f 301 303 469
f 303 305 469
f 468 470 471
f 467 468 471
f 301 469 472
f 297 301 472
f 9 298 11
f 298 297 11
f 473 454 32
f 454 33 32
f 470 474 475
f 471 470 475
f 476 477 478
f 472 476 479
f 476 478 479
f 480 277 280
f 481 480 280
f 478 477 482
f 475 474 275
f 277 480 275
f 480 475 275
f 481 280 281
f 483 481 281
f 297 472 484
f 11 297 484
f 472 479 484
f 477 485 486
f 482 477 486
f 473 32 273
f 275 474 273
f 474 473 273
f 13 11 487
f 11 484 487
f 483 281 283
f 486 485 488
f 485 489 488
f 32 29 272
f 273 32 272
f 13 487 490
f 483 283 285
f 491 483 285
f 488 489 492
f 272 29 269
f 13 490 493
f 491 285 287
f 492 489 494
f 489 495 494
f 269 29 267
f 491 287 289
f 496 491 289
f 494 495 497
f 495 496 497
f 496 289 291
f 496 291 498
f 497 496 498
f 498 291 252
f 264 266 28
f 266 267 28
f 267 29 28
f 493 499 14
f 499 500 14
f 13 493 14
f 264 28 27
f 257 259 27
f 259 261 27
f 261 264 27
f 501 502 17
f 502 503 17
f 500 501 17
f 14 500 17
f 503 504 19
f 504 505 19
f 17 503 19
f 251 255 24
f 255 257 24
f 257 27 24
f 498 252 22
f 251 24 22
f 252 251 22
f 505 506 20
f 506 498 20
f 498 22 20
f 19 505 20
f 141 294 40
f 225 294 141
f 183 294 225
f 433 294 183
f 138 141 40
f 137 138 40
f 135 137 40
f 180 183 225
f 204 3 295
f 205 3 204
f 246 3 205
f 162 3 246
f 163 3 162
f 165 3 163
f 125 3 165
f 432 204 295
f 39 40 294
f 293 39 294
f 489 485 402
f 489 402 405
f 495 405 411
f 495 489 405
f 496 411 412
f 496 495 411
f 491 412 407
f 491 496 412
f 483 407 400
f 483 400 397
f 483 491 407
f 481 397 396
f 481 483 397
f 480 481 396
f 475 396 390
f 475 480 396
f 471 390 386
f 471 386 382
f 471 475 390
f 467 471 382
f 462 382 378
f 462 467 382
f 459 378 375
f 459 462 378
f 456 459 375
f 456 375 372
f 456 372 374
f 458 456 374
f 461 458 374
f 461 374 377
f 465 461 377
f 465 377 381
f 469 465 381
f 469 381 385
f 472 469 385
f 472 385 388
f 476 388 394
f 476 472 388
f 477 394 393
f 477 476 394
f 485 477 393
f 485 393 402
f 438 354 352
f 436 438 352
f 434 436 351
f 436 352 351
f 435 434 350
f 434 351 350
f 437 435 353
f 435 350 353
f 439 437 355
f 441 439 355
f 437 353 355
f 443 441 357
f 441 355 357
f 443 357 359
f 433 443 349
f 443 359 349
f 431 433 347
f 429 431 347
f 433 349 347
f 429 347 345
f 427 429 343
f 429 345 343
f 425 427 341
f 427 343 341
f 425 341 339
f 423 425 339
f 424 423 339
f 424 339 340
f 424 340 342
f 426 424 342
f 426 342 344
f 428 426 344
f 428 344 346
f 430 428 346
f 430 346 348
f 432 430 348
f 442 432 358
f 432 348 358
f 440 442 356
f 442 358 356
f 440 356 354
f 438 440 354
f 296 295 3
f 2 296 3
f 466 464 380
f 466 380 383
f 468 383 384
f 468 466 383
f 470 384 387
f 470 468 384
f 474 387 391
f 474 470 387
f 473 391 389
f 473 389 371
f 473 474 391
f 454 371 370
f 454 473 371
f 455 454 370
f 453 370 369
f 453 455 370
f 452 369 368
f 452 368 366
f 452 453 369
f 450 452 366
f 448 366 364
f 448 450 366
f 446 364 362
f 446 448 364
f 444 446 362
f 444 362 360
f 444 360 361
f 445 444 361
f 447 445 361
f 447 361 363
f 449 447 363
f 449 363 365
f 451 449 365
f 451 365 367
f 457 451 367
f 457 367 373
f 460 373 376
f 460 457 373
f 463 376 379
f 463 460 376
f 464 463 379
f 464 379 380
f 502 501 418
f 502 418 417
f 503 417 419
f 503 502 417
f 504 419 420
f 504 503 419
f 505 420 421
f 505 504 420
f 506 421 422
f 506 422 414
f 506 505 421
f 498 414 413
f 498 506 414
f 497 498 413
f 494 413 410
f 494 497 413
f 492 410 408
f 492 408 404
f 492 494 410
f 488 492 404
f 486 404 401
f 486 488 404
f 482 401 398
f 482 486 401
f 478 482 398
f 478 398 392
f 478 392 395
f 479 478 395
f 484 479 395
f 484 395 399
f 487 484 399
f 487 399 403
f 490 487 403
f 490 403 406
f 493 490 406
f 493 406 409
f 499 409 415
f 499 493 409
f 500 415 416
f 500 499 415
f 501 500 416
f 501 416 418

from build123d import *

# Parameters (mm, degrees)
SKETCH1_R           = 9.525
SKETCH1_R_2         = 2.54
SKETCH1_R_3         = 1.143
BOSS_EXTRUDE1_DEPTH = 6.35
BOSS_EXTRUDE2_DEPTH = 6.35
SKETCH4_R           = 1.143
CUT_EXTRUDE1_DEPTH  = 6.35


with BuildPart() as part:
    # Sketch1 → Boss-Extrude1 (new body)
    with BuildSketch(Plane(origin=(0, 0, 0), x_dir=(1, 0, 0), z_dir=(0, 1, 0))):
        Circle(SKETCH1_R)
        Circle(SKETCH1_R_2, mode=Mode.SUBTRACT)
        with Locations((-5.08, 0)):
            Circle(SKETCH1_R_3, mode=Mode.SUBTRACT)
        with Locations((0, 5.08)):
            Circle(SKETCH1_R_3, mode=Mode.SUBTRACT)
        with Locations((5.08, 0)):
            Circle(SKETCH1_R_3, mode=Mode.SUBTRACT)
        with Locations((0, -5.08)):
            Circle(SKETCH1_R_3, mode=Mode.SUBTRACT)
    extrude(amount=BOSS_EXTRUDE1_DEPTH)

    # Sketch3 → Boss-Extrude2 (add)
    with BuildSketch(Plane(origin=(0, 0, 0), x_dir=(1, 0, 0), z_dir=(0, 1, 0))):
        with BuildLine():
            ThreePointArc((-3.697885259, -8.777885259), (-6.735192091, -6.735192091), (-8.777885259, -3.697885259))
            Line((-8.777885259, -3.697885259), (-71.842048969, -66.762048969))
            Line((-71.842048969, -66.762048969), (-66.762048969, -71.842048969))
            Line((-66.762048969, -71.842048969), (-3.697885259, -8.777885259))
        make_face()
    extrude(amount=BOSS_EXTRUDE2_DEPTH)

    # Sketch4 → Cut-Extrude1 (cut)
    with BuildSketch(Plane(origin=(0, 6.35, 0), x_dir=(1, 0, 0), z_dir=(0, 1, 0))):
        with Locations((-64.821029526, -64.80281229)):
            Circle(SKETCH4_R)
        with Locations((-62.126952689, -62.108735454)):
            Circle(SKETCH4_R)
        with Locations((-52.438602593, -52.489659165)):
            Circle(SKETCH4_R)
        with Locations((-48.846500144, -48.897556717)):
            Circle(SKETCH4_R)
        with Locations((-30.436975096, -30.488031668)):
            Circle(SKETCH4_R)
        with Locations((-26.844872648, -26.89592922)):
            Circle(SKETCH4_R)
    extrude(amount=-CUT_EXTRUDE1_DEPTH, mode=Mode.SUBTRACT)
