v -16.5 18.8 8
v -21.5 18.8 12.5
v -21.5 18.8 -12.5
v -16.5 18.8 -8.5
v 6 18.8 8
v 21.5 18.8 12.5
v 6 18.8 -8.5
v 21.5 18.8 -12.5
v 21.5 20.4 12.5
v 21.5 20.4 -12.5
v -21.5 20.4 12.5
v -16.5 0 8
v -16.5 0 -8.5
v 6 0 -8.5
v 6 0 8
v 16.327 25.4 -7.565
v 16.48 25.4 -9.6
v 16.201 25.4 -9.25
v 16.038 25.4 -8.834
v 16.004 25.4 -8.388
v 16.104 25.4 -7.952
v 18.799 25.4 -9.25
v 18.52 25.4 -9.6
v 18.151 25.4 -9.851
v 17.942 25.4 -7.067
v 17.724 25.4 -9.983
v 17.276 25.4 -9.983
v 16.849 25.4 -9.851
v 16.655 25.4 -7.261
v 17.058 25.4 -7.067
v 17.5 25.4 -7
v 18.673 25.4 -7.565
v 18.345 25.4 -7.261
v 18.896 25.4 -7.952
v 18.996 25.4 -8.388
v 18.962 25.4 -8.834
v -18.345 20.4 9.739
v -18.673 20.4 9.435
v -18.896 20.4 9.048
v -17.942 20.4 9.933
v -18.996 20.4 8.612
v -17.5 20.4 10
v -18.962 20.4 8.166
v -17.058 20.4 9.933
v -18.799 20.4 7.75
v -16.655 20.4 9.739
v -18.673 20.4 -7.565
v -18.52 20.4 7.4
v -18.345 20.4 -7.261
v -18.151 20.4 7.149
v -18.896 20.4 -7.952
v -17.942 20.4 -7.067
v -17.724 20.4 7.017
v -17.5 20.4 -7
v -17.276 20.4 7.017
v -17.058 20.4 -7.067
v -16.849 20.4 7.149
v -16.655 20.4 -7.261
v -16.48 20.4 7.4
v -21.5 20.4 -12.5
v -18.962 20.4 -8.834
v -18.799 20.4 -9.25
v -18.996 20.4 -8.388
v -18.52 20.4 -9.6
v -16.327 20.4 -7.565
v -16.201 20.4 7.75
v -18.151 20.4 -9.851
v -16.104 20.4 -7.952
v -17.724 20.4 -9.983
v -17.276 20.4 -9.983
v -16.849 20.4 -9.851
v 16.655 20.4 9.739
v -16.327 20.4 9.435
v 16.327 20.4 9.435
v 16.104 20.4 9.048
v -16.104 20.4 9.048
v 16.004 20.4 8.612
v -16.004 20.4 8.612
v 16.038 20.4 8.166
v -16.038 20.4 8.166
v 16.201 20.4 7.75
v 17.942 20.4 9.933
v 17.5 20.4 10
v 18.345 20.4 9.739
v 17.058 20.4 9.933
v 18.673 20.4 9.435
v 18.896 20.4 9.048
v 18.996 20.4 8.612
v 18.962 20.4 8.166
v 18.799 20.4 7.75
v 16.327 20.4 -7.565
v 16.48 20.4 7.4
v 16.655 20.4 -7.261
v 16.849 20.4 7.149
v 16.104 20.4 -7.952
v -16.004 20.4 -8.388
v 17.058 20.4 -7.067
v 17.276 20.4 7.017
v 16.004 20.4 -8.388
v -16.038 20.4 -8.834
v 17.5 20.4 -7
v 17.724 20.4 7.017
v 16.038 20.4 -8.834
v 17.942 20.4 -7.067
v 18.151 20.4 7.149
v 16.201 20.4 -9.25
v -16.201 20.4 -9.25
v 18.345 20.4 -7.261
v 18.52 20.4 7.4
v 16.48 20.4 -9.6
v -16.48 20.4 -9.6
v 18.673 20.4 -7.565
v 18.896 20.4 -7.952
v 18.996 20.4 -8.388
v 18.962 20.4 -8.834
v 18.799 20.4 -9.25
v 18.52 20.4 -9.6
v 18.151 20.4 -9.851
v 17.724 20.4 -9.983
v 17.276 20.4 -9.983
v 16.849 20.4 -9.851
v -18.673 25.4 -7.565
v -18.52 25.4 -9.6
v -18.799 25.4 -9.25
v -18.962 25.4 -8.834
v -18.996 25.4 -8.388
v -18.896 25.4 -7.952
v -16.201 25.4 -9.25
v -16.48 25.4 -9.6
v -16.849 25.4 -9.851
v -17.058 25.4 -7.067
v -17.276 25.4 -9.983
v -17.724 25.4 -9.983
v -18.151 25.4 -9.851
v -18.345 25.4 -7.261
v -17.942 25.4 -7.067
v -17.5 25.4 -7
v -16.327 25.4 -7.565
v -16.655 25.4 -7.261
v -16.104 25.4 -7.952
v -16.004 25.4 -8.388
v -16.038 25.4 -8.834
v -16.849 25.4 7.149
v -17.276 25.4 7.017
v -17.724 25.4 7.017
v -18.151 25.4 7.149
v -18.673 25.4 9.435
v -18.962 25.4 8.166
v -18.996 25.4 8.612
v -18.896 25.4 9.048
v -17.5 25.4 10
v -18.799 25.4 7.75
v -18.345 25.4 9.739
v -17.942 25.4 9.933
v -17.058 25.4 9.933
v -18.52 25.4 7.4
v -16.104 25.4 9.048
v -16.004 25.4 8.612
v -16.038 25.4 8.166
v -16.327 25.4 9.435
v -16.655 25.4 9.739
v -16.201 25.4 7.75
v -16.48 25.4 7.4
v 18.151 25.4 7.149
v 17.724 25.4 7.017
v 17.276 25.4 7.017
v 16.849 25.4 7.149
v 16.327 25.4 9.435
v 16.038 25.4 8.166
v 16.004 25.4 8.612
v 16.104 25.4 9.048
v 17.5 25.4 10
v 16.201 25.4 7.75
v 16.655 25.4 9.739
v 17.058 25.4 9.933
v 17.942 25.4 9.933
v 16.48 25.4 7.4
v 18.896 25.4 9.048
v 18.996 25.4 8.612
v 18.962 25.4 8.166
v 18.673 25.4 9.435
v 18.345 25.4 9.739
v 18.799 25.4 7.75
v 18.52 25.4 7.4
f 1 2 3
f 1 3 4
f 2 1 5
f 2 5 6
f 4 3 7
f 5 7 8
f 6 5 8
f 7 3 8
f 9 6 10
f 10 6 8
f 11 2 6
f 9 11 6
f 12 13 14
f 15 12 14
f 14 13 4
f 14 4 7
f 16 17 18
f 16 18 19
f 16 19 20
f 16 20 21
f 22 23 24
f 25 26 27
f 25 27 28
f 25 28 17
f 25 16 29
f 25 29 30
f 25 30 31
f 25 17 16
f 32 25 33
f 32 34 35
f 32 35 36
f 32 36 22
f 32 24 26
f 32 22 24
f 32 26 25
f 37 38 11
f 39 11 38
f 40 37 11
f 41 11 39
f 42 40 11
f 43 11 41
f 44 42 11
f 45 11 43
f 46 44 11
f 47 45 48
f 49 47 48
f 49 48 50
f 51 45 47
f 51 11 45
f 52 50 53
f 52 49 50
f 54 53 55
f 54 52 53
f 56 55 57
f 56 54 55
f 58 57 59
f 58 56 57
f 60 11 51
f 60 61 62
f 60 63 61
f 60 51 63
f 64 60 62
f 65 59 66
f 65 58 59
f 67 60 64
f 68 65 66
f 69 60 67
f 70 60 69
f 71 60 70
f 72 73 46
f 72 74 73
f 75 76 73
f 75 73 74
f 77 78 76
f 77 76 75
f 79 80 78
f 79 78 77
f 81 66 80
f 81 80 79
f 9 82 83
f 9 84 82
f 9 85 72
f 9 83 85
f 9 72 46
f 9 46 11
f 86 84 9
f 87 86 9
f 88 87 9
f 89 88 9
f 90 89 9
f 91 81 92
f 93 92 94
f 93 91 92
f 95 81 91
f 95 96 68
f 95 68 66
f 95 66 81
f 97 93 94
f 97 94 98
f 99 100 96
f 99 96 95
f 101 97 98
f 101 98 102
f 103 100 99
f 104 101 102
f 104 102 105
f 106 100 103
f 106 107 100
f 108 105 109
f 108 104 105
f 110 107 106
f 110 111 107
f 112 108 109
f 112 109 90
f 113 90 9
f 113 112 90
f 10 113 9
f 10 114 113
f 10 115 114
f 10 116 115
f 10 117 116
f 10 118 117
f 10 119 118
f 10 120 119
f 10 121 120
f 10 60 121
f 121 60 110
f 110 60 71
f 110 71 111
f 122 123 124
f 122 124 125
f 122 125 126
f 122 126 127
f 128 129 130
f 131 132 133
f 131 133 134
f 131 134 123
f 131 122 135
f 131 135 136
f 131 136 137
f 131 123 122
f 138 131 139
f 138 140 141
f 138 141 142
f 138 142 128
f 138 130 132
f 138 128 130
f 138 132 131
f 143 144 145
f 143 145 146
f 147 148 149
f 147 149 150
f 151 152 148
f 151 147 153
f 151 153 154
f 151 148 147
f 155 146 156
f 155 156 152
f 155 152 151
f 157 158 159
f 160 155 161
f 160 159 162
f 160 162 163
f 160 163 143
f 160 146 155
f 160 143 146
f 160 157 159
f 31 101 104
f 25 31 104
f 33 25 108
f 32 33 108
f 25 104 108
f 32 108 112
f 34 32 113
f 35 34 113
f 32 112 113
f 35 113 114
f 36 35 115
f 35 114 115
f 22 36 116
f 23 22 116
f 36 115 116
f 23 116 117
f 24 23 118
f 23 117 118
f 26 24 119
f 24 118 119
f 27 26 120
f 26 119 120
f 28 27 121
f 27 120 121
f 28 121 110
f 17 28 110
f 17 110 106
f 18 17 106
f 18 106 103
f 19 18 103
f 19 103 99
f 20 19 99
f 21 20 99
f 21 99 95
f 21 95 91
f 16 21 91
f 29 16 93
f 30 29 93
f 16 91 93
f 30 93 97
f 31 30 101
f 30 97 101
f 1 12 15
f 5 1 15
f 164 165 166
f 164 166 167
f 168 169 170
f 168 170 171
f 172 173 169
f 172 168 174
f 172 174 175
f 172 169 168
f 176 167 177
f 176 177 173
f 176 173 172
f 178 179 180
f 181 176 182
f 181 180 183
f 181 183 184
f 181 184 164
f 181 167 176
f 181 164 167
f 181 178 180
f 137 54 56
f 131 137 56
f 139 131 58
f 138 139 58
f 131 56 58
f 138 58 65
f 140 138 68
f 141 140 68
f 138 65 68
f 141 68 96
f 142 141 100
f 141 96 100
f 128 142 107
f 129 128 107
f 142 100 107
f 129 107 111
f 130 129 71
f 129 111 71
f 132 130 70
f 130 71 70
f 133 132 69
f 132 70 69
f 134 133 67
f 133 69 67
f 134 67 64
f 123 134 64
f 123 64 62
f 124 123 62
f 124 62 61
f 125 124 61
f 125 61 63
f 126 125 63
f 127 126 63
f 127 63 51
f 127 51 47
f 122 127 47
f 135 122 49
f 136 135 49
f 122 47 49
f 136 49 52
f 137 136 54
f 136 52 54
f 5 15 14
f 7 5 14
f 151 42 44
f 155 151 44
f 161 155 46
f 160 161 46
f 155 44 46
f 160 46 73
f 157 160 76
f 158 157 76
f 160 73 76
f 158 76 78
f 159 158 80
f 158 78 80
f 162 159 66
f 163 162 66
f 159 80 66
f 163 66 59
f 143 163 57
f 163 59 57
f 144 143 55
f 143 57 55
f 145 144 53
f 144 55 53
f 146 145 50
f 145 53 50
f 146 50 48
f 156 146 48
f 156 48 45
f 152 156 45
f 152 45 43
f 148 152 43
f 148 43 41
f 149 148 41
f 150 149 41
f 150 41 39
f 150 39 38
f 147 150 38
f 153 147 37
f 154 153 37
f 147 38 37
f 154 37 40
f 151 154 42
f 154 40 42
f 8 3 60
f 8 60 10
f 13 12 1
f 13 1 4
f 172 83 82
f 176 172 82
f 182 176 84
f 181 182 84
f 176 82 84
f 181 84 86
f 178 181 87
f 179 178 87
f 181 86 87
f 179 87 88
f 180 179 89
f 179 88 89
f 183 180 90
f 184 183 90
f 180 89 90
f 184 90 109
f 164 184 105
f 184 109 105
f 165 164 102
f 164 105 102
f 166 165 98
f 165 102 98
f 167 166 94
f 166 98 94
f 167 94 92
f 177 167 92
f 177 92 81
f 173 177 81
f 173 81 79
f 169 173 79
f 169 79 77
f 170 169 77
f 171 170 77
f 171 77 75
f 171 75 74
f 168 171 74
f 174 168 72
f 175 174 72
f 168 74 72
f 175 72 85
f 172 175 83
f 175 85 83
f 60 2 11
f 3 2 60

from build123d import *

# Parameters (mm, degrees)
P01_STANDOFF_START                = 20.4
SK_P01_STANDOFF_R                 = 1.5
P01_STANDOFF_DEPTH                = 5
P02_STANDOFF_START                = 20.4
SK_P02_STANDOFF_R                 = 1.5
P02_STANDOFF_DEPTH                = 5
P03_STANDOFF_START                = 20.4
SK_P03_STANDOFF_R                 = 1.5
P03_STANDOFF_DEPTH                = 5
P04_STANDOFF_START                = 20.4
SK_P04_STANDOFF_R                 = 1.5
P04_STANDOFF_DEPTH                = 5
P05_POLOLURCSWITCHWITHRELAY_START = 18.8
SK_P05_POLOLURCSWITCHWITHRELAY_W  = 43
SK_P05_POLOLURCSWITCHWITHRELAY_H  = 25
P05_POLOLURCSWITCHWITHRELAY_DEPTH = 1.6
SK_P06_RELAYG5LE_W                = 22.5
SK_P06_RELAYG5LE_H                = 16.5
P06_RELAYG5LE_DEPTH               = 18.8


with BuildPart() as part:
    # SK_P01_Standoff → P01_Standoff (new body)
    with BuildSketch(Plane(origin=(0, 0, 0), x_dir=(1, 0, 0), z_dir=(0, 1, 0)).offset(P01_STANDOFF_START)):
        with Locations(Location((-17.5, 8.5, 0), (0, 0, 270))):
            Circle(SK_P01_STANDOFF_R)
    extrude(amount=P01_STANDOFF_DEPTH)



with BuildPart() as body_2:
    # SK_P02_Standoff → P02_Standoff (new body)
    with BuildSketch(Plane(origin=(0, 0, 0), x_dir=(1, 0, 0), z_dir=(0, 1, 0)).offset(P02_STANDOFF_START)):
        with Locations(Location((-17.5, -8.5, 0), (0, 0, 270))):
            Circle(SK_P02_STANDOFF_R)
    extrude(amount=P02_STANDOFF_DEPTH)


with BuildPart() as body_3:
    # SK_P03_Standoff → P03_Standoff (new body)
    with BuildSketch(Plane(origin=(0, 0, 0), x_dir=(1, 0, 0), z_dir=(0, 1, 0)).offset(P03_STANDOFF_START)):
        with Locations(Location((17.5, 8.5, 0), (0, 0, 270))):
            Circle(SK_P03_STANDOFF_R)
    extrude(amount=P03_STANDOFF_DEPTH)


with BuildPart() as body_4:
    # SK_P04_Standoff → P04_Standoff (new body)
    with BuildSketch(Plane(origin=(0, 0, 0), x_dir=(1, 0, 0), z_dir=(0, 1, 0)).offset(P04_STANDOFF_START)):
        with Locations(Location((17.5, -8.5, 0), (0, 0, 270))):
            Circle(SK_P04_STANDOFF_R)
    extrude(amount=P04_STANDOFF_DEPTH)


with BuildPart() as part_1:
    add(part.part)

    add(body_2.part)  # P05_PololuRCswitchwithrelay merges body 2

    add(body_3.part)  # P05_PololuRCswitchwithrelay merges body 3

    add(body_4.part)  # P05_PololuRCswitchwithrelay merges body 4
    # SK_P05_PololuRCswitchwithrelay → P05_PololuRCswitchwithrelay (add)
    with BuildSketch(Plane(origin=(0, 0, 0), x_dir=(1, 0, 0), z_dir=(0, 1, 0)).offset(P05_POLOLURCSWITCHWITHRELAY_START)):
        Rectangle(SK_P05_POLOLURCSWITCHWITHRELAY_W, SK_P05_POLOLURCSWITCHWITHRELAY_H)
    extrude(amount=P05_POLOLURCSWITCHWITHRELAY_DEPTH)

    # SK_P06_RelayG5LE → P06_RelayG5LE (add)
    with BuildSketch(Plane(origin=(0, 0, 0), x_dir=(1, 0, 0), z_dir=(0, 1, 0))):
        with Locations((-5.25, 0.25)):
            Rectangle(SK_P06_RELAYG5LE_W, SK_P06_RELAYG5LE_H)
    extrude(amount=P06_RELAYG5LE_DEPTH)


solid = part_1.part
⁂
### WORK ITEM
Write out exactly the lines that fall from the line with "f 476 388 394" to the line with "f 490 403 406" in the records above, keeping both ends.

### OUTPUT FOR THIS EXERCISE
f 476 388 394
f 476 472 388
f 477 394 393
f 477 476 394
f 485 477 393
f 485 393 402
f 438 354 352
f 436 438 352
f 434 436 351
f 436 352 351
f 435 434 350
f 434 351 350
f 437 435 353
f 435 350 353
f 439 437 355
f 441 439 355
f 437 353 355
f 443 441 357
f 441 355 357
f 443 357 359
f 433 443 349
f 443 359 349
f 431 433 347
f 429 431 347
f 433 349 347
f 429 347 345
f 427 429 343
f 429 345 343
f 425 427 341
f 427 343 341
f 425 341 339
f 423 425 339
f 424 423 339
f 424 339 340
f 424 340 342
f 426 424 342
f 426 342 344
f 428 426 344
f 428 344 346
f 430 428 346
f 430 346 348
f 432 430 348
f 442 432 358
f 432 348 358
f 440 442 356
f 442 358 356
f 440 356 354
f 438 440 354
f 296 295 3
f 2 296 3
f 466 464 380
f 466 380 383
f 468 383 384
f 468 466 383
f 470 384 387
f 470 468 384
f 474 387 391
f 474 470 387
f 473 391 389
f 473 389 371
f 473 474 391
f 454 371 370
f 454 473 371
f 455 454 370
f 453 370 369
f 453 455 370
f 452 369 368
f 452 368 366
f 452 453 369
f 450 452 366
f 448 366 364
f 448 450 366
f 446 364 362
f 446 448 364
f 444 446 362
f 444 362 360
f 444 360 361
f 445 444 361
f 447 445 361
f 447 361 363
f 449 447 363
f 449 363 365
f 451 449 365
f 451 365 367
f 457 451 367
f 457 367 373
f 460 373 376
f 460 457 373
f 463 376 379
f 463 460 376
f 464 463 379
f 464 379 380
f 502 501 418
f 502 418 417
f 503 417 419
f 503 502 417
f 504 419 420
f 504 503 419
f 505 420 421
f 505 504 420
f 506 421 422
f 506 422 414
f 506 505 421
f 498 414 413
f 498 506 414
f 497 498 413
f 494 413 410
f 494 497 413
f 492 410 408
f 492 408 404
f 492 494 410
f 488 492 404
f 486 404 401
f 486 488 404
f 482 401 398
f 482 486 401
f 478 482 398
f 478 398 392
f 478 392 395
f 479 478 395
f 484 479 395
f 484 395 399
f 487 484 399
f 487 399 403
f 490 487 403
f 490 403 406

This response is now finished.